Department of Surgery, University of Chicago Medical Center, Chicago, IL, USA.
Per Med. 2025 Jul 11:1-8. doi: 10.1080/17410541.2025.2532360.
Cytoreductive surgery with hyperthermic intraperitoneal chemotherapy (CRS/HIPEC) has become increasingly utilized in the treatment of appendiceal adenocarcinoma (AA) with peritoneal metastases. There are multiple intraperitoneal chemotherapeutic agents and protocols used at different centers, however there is little data available to guide clinicians on the optimal treatment strategy for individual patients. While it is often treated with paradigms extrapolated from colorectal cancer, AA has been shown to have a distinct mutational profile. Commonly mutated genes in AA such as KRAS and GNAS have been targeted by recently described systemic therapies for various tumors with positive results, suggesting that there may be a role for a patient-centered approach to HIPEC as well. Data specific to AA remains limited, however ongoing research into novel strategies such as next-generation sequencing of tumor samples and testing of patient-derived organoids for a variety of gastrointestinal cancers with peritoneal metastases has shown promise in personalizingHIPEC regimens.

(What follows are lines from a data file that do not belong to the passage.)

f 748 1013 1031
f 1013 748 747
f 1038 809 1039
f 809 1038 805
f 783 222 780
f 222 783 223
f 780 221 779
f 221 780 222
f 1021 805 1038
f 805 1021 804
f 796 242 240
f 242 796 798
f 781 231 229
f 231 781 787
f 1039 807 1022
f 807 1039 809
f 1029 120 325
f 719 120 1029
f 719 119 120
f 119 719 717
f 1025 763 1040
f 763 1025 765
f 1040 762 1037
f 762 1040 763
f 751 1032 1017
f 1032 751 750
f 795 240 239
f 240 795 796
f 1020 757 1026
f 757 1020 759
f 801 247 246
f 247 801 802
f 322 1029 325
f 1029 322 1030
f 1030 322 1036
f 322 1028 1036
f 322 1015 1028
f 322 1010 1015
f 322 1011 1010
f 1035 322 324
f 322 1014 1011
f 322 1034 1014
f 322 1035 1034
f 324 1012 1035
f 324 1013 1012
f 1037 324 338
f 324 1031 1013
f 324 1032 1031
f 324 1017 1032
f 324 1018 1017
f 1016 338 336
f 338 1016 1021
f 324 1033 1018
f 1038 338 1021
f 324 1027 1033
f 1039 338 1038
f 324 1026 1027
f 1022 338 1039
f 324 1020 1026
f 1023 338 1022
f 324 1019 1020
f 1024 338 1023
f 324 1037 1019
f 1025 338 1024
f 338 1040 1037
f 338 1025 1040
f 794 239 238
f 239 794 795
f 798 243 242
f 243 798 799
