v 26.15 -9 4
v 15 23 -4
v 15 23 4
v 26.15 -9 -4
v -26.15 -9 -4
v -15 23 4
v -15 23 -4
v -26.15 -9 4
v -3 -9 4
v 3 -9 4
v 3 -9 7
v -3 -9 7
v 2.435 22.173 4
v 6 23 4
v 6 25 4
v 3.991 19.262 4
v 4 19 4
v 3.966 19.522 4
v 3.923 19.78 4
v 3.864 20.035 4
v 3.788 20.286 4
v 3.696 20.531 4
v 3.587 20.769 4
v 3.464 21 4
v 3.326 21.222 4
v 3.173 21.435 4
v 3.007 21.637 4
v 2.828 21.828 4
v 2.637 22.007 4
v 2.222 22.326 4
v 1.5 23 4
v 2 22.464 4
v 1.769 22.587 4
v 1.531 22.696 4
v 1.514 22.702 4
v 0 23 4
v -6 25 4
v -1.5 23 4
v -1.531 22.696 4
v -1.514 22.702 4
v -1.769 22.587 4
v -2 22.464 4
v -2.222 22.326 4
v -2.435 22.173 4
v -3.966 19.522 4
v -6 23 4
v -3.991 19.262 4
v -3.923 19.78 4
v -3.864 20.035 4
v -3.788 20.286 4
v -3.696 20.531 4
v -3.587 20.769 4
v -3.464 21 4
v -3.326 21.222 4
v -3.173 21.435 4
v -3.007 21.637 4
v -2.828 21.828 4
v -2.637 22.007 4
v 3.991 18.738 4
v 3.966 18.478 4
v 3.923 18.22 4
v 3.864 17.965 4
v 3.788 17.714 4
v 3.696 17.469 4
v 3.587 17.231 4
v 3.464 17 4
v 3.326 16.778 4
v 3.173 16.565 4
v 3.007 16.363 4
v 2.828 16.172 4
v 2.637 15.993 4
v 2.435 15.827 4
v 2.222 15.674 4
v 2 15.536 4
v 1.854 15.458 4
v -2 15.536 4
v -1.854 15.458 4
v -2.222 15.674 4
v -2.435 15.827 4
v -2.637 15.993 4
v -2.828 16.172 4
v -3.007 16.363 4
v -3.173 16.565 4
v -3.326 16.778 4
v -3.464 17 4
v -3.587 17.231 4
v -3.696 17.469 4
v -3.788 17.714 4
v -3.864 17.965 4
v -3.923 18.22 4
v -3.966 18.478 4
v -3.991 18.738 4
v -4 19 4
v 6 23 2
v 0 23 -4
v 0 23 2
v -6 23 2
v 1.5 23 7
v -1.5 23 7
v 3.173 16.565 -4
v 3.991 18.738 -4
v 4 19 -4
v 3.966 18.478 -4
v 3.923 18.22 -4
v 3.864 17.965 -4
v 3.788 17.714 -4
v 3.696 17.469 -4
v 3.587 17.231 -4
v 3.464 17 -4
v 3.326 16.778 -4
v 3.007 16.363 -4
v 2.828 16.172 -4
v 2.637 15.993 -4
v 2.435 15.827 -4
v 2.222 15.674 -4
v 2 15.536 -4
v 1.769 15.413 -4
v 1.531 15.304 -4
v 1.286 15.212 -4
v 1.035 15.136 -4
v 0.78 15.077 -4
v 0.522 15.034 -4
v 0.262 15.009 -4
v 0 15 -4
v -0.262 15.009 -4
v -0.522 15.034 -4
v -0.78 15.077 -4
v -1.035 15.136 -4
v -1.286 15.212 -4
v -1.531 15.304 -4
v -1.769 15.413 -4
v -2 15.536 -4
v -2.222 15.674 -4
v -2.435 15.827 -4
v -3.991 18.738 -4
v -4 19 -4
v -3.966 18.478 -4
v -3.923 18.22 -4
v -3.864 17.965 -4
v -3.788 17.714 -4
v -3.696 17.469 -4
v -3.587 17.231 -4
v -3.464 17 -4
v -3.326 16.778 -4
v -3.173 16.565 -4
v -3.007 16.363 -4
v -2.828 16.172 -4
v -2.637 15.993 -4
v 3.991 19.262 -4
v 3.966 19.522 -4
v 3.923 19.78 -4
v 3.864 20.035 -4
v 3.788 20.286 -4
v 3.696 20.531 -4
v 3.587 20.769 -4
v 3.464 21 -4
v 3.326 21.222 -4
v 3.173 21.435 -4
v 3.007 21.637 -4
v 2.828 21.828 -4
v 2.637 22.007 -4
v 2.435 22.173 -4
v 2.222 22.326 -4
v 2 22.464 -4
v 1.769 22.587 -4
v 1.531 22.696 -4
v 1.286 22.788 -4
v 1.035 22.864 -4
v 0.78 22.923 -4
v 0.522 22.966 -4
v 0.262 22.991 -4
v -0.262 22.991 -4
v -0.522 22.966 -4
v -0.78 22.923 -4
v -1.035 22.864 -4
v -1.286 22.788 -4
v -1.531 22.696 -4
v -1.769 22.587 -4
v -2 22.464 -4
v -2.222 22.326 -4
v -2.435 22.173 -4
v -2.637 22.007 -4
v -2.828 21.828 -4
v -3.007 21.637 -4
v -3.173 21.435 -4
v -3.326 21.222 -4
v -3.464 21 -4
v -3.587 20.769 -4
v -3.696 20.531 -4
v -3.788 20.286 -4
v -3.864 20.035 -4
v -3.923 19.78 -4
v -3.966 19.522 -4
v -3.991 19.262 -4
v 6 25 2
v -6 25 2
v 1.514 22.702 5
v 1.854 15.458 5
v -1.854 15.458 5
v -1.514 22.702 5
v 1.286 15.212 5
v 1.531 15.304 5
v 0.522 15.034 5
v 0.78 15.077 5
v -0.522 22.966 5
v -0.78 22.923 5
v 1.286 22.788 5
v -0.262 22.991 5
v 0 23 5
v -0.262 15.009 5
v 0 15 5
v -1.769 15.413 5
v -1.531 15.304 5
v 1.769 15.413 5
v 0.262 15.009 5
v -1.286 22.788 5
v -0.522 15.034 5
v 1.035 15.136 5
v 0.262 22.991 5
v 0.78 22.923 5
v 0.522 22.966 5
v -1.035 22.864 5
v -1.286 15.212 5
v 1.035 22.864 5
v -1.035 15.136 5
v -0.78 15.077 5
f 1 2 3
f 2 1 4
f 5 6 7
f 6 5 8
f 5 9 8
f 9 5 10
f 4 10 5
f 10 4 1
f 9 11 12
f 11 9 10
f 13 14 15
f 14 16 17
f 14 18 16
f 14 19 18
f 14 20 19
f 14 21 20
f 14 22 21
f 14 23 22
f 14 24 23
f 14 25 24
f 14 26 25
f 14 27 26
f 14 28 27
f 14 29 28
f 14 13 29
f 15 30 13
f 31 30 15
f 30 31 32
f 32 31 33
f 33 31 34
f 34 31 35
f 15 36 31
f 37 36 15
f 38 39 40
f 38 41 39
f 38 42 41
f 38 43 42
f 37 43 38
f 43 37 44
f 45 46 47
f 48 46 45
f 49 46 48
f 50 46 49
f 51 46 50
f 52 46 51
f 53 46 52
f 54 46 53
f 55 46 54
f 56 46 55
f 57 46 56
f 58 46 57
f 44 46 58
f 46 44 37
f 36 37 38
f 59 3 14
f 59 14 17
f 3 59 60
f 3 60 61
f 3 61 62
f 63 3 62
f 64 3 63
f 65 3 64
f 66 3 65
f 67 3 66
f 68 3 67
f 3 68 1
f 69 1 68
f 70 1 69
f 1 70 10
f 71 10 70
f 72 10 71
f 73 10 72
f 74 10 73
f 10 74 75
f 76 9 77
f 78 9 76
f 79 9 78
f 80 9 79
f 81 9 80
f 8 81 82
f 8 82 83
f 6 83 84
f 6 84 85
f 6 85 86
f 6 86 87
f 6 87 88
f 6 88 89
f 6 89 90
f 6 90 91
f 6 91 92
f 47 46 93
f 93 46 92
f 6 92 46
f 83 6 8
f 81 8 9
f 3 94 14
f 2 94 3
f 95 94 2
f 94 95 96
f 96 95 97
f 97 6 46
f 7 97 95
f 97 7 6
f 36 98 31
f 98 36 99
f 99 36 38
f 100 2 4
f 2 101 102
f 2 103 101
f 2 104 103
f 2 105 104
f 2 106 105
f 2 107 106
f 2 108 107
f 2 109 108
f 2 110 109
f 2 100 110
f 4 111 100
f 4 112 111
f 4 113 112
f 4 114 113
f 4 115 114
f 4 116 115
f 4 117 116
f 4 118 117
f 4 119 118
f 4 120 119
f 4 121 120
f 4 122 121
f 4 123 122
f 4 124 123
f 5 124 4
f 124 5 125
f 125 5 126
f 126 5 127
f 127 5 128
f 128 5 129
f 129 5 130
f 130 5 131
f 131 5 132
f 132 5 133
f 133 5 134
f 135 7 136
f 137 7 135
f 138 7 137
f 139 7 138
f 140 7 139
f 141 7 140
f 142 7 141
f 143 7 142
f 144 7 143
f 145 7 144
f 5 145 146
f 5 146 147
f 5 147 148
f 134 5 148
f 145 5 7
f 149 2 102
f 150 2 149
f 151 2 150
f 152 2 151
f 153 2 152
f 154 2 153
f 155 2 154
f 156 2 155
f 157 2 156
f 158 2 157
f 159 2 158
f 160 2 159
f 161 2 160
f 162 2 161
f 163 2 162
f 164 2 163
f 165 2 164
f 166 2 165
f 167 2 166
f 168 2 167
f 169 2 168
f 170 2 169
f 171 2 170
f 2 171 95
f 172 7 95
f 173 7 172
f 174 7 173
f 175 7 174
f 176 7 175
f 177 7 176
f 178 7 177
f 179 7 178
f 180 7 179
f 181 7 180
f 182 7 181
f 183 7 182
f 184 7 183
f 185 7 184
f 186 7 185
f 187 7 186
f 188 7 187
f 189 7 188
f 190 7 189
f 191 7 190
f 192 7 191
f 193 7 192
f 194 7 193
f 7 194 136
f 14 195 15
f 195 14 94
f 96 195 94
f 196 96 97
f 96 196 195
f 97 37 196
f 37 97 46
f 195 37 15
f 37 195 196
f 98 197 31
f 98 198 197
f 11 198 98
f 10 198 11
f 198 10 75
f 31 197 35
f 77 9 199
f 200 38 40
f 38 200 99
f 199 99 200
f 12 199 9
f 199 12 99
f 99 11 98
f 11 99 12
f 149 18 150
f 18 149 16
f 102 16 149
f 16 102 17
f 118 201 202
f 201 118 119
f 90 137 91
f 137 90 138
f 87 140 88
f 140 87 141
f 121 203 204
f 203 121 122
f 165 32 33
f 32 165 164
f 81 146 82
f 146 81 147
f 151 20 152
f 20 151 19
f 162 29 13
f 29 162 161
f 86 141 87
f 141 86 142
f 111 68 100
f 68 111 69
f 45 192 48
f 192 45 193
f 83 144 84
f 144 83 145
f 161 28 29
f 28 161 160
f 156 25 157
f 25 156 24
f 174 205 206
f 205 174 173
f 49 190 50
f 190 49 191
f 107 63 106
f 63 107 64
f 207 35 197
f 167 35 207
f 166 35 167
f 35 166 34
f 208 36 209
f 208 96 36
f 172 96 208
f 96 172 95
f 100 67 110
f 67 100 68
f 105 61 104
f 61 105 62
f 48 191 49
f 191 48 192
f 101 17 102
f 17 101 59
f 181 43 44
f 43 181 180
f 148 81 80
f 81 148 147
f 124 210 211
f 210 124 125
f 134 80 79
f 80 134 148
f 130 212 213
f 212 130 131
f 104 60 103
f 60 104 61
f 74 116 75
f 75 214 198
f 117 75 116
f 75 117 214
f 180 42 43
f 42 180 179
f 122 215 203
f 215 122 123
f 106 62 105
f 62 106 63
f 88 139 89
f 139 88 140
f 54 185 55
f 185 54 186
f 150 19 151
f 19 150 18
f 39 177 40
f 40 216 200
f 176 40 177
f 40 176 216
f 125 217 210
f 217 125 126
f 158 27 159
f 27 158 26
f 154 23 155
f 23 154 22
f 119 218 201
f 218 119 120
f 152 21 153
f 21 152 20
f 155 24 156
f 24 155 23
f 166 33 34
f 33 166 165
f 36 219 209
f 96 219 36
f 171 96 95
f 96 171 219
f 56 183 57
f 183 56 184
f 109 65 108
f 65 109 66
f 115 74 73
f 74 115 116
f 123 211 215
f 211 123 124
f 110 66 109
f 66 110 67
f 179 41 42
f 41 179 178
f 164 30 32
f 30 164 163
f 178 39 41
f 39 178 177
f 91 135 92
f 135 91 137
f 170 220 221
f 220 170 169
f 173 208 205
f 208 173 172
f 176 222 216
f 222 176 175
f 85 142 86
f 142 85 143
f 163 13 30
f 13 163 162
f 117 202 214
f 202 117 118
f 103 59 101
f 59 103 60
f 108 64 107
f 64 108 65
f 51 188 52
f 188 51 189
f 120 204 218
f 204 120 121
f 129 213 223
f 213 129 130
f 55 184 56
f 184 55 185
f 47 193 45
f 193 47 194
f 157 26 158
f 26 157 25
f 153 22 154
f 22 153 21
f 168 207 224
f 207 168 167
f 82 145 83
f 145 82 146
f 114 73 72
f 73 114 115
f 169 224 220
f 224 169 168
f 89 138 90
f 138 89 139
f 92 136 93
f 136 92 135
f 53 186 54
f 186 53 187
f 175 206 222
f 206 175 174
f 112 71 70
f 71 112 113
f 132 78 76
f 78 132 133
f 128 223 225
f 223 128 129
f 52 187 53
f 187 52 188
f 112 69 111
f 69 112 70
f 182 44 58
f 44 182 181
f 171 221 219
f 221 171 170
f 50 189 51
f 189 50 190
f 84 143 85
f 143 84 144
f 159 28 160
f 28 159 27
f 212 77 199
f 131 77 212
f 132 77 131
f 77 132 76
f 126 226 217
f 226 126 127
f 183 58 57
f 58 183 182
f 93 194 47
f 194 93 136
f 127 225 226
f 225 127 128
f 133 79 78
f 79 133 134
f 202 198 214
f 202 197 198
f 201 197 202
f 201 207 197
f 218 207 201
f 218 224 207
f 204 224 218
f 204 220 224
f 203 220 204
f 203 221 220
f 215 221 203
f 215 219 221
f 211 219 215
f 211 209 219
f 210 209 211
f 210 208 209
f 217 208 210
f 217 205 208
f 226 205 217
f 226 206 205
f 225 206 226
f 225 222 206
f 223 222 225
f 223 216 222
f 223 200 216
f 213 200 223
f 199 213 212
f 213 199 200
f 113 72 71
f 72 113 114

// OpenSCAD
$fn=96;

bbox_x = 52.3;
bbox_y = 50.0;
bbox_z = 38.8;

th = 8.0;

stem_len = 18.0;
stem_w = 18.0;

plate_len = bbox_y - stem_len; // 32
plate_w_front = bbox_x;        // 52.3
plate_w_back  = 30.0;

step_in = 3.0;
step_h = 2.0;

hole_d = 8.0;
hole_y_from_end = 6.0;

ridge_w = 6.0;
ridge_h = 3.0;

module v_plate(len, w0, w1, t){
    linear_extrude(height=t, center=true, convexity=10)
        polygon(points=[
            [-w0/2, 0],
            [ w0/2, 0],
            [ w1/2, len],
            [-w1/2, len]
        ]);
}

module stem(len, w, t){
    translate([0, -len/2, 0])
        cube([w, len, t], center=true);
}

module stepped_shell(){
    union(){
        // Main body
        union(){
            translate([0, -bbox_y/2 + plate_len/2, 0])
                v_plate(plate_len, plate_w_front, plate_w_back, th);

            translate([0, bbox_y/2 - stem_len/2, 0])
                stem(stem_len, stem_w, th);
        }

        // Side step (raised rim) on V-plate
        translate([0, -bbox_y/2 + plate_len/2, th/2 - step_h/2])
            v_plate(plate_len, plate_w_front - 2*step_in, plate_w_back - 2*step_in, step_h);

        // Side step on stem
        translate([0, bbox_y/2 - stem_len/2, th/2 - step_h/2])
            cube([stem_w - 2*step_in, stem_len, step_h], center=true);

        // Central ridge/crease along V-plate
        translate([0, -bbox_y/2 + plate_len/2, th/2 + ridge_h/2])
            linear_extrude(height=ridge_h, center=true, convexity=10)
                polygon(points=[
                    [-ridge_w/2, 0],
                    [ ridge_w/2, 0],
                    [ ridge_w/4, plate_len],
                    [-ridge_w/4, plate_len]
                ]);
    }
}

module hole(){
    translate([0, bbox_y/2 - hole_y_from_end, 0])
        cylinder(d=hole_d, h=th+2, center=true);
}

difference(){
    stepped_shell();
    hole();
}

细胞减灭术联合腹腔热灌注化疗(CRS/HIPEC)在治疗伴有腹膜转移的阑尾腺癌(AA)中应用越来越广泛。不同中心使用多种腹腔内化疗药物和方案,但几乎没有数据可指导临床医生针对个体患者制定最佳治疗策略。虽然AA通常采用从结直肠癌推断出的模式进行治疗,但已证明AA具有独特的突变谱。AA中常见的突变基因,如KRAS和GNAS,已被最近描述的针对各种肿瘤的全身治疗所靶向,结果呈阳性,这表明以患者为中心的HIPEC方法可能也有作用。然而,AA的具体数据仍然有限,不过对肿瘤样本的下一代测序和对各种伴有腹膜转移的胃肠道癌症患者来源类器官进行检测等新策略的持续研究,在个性化HIPEC方案方面已显示出前景。